I am a fourth-year Ph.D. student at School of Mathematical Sciences, Shanghai Jiao Tong University (SJTU). Before that, I received my Bachelor’s degree from Zhiyuan College of SJTU in 2021.
I am currently advised by Prof. Zhiqin Xu. My research interests are in understanding deep learning from the training process, loss landscape, generalization and application, and also the interpretability of large language models. If you’re interested in my research, please feel free to contact me (Wechat).
🔥 News
- 2024.09: 🎉🎉 I won the 2024 China National Scholarship!
- 2024.09: 🎉🎉 One paper accepted to NeurIPS 2024!
- 2024.01: 🎉🎉 One paper accepted to ICLR 2024!
- 2024.01: 🎉🎉 One paper accepted to TPAMI!
📝 Publications
* denotes equal contribution, † denotes corresponding author, see the full list in Google Scholar.

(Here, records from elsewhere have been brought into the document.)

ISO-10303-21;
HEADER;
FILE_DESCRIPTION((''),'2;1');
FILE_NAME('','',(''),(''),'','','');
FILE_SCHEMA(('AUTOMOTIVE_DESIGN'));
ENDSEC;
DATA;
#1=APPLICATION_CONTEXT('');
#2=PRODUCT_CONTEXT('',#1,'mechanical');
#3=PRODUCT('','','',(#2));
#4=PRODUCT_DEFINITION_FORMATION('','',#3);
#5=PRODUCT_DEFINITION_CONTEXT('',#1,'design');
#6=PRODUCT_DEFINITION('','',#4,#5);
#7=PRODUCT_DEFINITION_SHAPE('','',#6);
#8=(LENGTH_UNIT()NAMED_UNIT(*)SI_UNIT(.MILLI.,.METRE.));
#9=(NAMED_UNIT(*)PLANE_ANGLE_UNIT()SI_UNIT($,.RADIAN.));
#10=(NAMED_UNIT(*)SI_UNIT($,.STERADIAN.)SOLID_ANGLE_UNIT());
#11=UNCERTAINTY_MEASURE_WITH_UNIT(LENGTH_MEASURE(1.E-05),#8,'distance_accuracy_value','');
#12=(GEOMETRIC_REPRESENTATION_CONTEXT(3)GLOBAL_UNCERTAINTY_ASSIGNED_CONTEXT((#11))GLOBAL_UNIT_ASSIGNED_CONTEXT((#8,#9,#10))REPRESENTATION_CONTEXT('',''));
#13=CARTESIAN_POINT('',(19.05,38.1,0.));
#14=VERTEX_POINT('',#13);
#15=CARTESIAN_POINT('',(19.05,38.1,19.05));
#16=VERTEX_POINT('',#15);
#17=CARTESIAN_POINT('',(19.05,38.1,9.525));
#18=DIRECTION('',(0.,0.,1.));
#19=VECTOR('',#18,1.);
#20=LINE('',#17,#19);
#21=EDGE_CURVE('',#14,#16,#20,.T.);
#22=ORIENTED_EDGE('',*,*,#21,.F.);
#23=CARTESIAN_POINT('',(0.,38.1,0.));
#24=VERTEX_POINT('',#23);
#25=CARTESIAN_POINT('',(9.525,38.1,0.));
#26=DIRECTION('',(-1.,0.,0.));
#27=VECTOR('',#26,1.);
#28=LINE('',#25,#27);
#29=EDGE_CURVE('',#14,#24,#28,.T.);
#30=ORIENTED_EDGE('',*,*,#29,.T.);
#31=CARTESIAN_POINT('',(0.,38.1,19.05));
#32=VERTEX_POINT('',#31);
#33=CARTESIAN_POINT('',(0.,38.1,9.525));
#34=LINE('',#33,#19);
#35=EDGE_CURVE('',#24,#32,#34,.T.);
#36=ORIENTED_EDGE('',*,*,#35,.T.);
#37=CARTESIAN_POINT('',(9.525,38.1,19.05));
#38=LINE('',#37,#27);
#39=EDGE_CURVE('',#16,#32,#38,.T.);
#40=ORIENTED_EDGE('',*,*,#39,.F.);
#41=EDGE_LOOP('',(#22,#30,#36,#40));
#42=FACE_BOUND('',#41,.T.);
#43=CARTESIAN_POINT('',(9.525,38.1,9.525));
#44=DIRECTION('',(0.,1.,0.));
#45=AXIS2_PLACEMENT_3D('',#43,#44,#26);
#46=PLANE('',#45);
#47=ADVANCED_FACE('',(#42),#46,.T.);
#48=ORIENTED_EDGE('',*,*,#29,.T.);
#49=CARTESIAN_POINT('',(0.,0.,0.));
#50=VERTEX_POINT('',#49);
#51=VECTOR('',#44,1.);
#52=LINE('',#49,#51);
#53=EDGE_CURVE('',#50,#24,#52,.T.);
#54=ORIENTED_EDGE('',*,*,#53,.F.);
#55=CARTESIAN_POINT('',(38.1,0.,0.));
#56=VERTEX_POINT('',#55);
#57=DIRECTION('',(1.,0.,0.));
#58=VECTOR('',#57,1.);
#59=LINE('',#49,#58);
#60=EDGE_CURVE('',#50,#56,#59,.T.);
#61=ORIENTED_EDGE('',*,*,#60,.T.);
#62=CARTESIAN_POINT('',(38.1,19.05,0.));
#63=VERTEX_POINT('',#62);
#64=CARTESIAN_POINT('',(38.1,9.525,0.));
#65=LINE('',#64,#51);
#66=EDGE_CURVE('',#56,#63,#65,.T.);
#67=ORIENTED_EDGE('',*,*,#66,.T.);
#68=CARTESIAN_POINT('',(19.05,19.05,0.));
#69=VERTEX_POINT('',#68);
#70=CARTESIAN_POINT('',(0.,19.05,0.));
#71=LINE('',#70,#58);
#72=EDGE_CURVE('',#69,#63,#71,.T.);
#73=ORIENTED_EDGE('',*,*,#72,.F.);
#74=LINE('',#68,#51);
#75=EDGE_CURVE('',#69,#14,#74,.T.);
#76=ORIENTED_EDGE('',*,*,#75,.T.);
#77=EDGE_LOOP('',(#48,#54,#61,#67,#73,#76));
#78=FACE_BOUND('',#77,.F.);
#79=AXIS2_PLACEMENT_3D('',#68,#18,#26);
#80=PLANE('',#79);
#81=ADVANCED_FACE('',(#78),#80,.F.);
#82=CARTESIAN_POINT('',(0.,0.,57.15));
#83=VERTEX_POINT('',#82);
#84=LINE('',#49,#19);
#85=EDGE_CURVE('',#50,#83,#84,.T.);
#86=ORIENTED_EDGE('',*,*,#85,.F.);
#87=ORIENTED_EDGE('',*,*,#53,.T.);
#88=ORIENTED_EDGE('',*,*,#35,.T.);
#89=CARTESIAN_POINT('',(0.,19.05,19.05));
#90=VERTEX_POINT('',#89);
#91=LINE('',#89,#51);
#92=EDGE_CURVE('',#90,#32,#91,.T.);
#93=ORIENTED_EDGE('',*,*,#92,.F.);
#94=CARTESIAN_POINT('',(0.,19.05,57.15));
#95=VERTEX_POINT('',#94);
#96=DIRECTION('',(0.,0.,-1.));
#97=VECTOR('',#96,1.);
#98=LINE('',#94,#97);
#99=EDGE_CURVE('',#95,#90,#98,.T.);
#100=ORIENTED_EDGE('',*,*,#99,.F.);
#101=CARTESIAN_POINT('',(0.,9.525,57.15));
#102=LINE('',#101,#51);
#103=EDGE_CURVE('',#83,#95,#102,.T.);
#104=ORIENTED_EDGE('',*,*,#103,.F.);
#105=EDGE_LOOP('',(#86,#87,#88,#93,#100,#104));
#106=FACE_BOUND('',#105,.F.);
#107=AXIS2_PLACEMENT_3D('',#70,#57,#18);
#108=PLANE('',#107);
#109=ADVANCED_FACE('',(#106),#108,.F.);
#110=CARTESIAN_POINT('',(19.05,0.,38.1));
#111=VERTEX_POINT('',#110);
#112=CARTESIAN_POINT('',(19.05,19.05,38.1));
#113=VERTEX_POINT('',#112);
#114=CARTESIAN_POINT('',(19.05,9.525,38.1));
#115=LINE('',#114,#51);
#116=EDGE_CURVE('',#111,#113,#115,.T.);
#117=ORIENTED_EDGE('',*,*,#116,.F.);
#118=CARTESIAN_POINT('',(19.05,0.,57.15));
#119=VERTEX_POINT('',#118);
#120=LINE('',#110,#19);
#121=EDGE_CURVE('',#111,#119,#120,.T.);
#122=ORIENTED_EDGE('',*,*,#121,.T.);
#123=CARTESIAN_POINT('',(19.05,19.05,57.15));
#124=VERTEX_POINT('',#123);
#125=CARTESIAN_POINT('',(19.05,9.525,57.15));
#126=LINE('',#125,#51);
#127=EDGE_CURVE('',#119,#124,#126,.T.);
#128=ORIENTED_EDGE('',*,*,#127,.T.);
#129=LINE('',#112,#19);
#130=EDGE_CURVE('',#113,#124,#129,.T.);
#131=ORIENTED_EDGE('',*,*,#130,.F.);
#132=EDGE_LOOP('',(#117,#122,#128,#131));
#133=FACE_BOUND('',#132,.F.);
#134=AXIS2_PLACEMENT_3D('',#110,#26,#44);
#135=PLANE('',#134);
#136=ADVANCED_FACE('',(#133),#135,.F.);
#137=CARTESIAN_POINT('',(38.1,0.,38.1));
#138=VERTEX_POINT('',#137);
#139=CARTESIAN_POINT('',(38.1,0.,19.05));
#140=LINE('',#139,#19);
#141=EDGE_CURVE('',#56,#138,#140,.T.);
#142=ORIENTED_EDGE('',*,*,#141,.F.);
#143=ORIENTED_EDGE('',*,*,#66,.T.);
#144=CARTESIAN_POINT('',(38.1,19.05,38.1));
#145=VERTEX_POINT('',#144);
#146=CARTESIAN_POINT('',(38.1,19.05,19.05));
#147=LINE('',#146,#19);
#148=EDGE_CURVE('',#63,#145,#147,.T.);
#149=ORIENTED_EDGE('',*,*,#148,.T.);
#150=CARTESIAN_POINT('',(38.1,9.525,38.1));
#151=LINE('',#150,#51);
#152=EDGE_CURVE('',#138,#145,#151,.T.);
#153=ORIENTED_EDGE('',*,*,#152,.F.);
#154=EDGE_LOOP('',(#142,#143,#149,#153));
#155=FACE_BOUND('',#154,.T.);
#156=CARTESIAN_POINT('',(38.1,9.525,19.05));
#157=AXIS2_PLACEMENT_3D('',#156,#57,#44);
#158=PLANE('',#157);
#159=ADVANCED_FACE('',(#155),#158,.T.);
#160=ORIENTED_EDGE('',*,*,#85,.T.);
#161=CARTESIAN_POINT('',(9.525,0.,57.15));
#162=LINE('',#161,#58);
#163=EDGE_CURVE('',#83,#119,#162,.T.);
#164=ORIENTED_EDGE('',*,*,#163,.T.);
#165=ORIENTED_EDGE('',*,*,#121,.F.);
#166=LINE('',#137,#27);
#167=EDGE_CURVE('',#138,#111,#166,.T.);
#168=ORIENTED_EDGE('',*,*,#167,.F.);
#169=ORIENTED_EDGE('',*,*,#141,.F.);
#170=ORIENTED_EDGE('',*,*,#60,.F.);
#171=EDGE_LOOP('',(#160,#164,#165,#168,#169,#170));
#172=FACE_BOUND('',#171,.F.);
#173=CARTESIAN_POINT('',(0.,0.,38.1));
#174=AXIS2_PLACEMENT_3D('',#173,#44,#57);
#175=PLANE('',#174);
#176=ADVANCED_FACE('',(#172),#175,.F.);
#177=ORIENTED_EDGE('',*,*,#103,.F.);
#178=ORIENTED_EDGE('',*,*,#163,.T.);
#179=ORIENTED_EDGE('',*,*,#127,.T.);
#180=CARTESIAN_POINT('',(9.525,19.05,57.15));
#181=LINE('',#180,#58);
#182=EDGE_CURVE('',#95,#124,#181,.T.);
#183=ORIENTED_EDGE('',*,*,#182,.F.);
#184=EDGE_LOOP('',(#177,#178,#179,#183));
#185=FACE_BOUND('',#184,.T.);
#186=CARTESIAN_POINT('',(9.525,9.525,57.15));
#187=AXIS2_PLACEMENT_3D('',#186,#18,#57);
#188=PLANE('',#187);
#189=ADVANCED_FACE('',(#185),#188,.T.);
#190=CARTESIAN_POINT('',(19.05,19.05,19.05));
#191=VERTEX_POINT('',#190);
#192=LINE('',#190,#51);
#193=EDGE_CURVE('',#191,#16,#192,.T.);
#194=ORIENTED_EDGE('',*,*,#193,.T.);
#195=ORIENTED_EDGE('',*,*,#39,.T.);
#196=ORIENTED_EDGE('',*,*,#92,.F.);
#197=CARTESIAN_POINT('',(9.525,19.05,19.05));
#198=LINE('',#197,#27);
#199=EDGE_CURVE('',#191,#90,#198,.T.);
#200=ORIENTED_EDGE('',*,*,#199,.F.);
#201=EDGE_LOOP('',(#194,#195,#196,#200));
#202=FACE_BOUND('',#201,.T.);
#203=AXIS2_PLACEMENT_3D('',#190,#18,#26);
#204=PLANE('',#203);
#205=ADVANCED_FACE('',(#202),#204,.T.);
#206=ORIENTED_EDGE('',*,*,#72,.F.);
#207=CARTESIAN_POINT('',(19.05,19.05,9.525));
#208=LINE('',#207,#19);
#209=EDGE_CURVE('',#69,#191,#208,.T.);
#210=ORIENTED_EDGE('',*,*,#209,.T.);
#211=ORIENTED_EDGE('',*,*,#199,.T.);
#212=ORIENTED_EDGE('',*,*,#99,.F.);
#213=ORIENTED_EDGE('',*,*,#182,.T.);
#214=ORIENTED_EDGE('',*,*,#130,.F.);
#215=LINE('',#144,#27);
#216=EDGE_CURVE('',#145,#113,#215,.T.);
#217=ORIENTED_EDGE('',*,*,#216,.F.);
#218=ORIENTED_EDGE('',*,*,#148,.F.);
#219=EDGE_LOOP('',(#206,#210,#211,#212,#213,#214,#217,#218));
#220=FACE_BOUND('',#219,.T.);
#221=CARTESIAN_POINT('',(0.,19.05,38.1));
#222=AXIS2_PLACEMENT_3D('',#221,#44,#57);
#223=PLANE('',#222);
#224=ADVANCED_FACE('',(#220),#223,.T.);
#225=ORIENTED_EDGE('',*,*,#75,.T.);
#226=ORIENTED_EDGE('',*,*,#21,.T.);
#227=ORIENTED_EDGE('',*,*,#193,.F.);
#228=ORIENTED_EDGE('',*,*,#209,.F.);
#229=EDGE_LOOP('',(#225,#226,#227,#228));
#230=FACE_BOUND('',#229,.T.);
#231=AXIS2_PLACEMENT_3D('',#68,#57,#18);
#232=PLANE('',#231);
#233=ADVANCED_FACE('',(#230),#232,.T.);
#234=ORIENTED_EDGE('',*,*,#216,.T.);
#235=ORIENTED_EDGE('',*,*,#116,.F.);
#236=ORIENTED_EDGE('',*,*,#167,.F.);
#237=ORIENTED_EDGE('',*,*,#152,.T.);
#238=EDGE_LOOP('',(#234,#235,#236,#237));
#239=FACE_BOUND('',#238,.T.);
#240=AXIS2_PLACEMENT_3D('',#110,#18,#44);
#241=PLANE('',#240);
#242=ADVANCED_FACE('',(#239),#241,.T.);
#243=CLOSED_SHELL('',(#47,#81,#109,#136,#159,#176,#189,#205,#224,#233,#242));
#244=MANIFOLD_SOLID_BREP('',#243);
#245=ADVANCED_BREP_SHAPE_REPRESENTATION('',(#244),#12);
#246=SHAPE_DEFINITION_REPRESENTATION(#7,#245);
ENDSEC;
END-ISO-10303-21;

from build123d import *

# Parameters (mm, degrees)
F0_W     = 19.05
F0_H     = 19.05
F1_DEPTH = 19.05
F2_W     = 19.05
F2_H     = 19.05
F3_DEPTH = 19.05
F4_W     = 19.05
F4_H     = 38.1
F5_DEPTH = 19.05
F6_W     = 19.05
F6_H     = 19.05
F7_DEPTH = 19.05
F8_W     = 19.05
F8_H     = 19.05
F9_DEPTH = 19.05


with BuildPart() as f1:
    # F0 (on Top) → F1 (new body)
    with BuildSketch(Plane.XY):
        with Locations((9.525, 9.525)):
            Rectangle(F0_W, F0_H)
    extrude(amount=F1_DEPTH)

    # F2 (on face) → F3 (join)
    with BuildSketch(Plane.XY.offset(19.05)):
        with Locations((9.525, 9.525)):
            Rectangle(F2_W, F2_H)
    extrude(amount=F3_DEPTH)

    # F4 (on face) → F5 (join)
    with BuildSketch(Plane.YZ.offset(19.05)):
        with Locations((9.525, 19.05)):
            Rectangle(F4_W, F4_H)
    extrude(amount=F5_DEPTH)

    # F6 (on face) → F7 (join)
    with BuildSketch(Plane.XY.offset(38.1)):
        with Locations((9.525, 9.525)):
            Rectangle(F6_W, F6_H)
    extrude(amount=F7_DEPTH)

    # F8 (on face) → F9 (join)
    with BuildSketch(Plane(origin=(0, 19.05, 0), x_dir=(-1, 0, 0), z_dir=(0, 1, 0))):
        with Locations((-9.525, 9.525)):
            Rectangle(F8_W, F8_H)
    extrude(amount=F9_DEPTH)


solid = f1.part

Implicit Regularization of Dropout
Zhongwang Zhang, Zhi-Qin John Xu†
- This paper proposes a theoretical derivation of an implicit regularization of dropout, which is validated through experiments and numerically studied to understand how dropout improves generalization during neural network training by promoting weight condensation and finding flatter solutions.
Stochastic Modified Equations and Dynamics of Dropout Algorithm
Zhongwang Zhang, Yuqing Li†, Tao Luo†, Zhi-Qin John Xu†
- This paper proposes a rigorous theoretical derivation of the stochastic modified equations to approximate the discrete iterative process of dropout and empirically investigates the mechanisms by which dropout facilitates the identification of flatter minima through intuitive approximations exploiting the structural analogies in the Hessian of loss landscape and the covariance of dropout.
Zhongwang Zhang, Pengxiao Lin, Zhiwei Wang, Yaoyu Zhang, Zhi-Qin John Xu†
- This paper investigates the mechanisms of how transformers behave on unseen compositional tasks using anchor functions, revealing that the parameter initialization scale determines whether the model learns inferential solutions that capture the underlying compositional primitives or symmetric solutions that simply memorize mappings, and provides insights into the role of initialization scale in shaping the type of solution learned and their ability to generalize compositional functions.
Anchor function: a type of benchmark functions for studying language models
Zhongwang Zhang*, Zhiwei Wang*, Junjie Yao, Zhangchen Zhou, Xiaolong Li, Weinan E, Zhi-Qin John Xu†
- This paper introduces the concept of an anchor function, a type of benchmark function designed for studying language models in learning tasks that follow an “anchor-key” pattern, which serves as a valuable and accessible framework for exploring various tasks, and demonstrates its utility by revealing two basic operations by attention structures in language models: shifting tokens and broadcasting one token from one position to many positions.
Embedding principle of loss landscape of deep neural networks
Yaoyu Zhang†, Zhongwang Zhang, Tao Luo, Zhi-Qin John Xu†
- This paper proves an embedding principle that the loss landscape of a deep neural network (DNN) contains all the critical points of narrower DNNs, and proposes a critical embedding such that any critical point of a narrower DNN can be embedded to a critical point/affine subspace of the target DNN with higher degeneracy while preserving the DNN output function, providing a new perspective to study the general easy optimization of wide DNNs and unraveling a potential implicit low-complexity regularization during training.
📖 Educations
- 2021.09 - now, Ph.D., School of Mathematical Sciences, Shanghai Jiao Tong University.
- 2017.09 - 2021.06, Undergraduate, Zhiyuan College, Shanghai Jiao Tong University.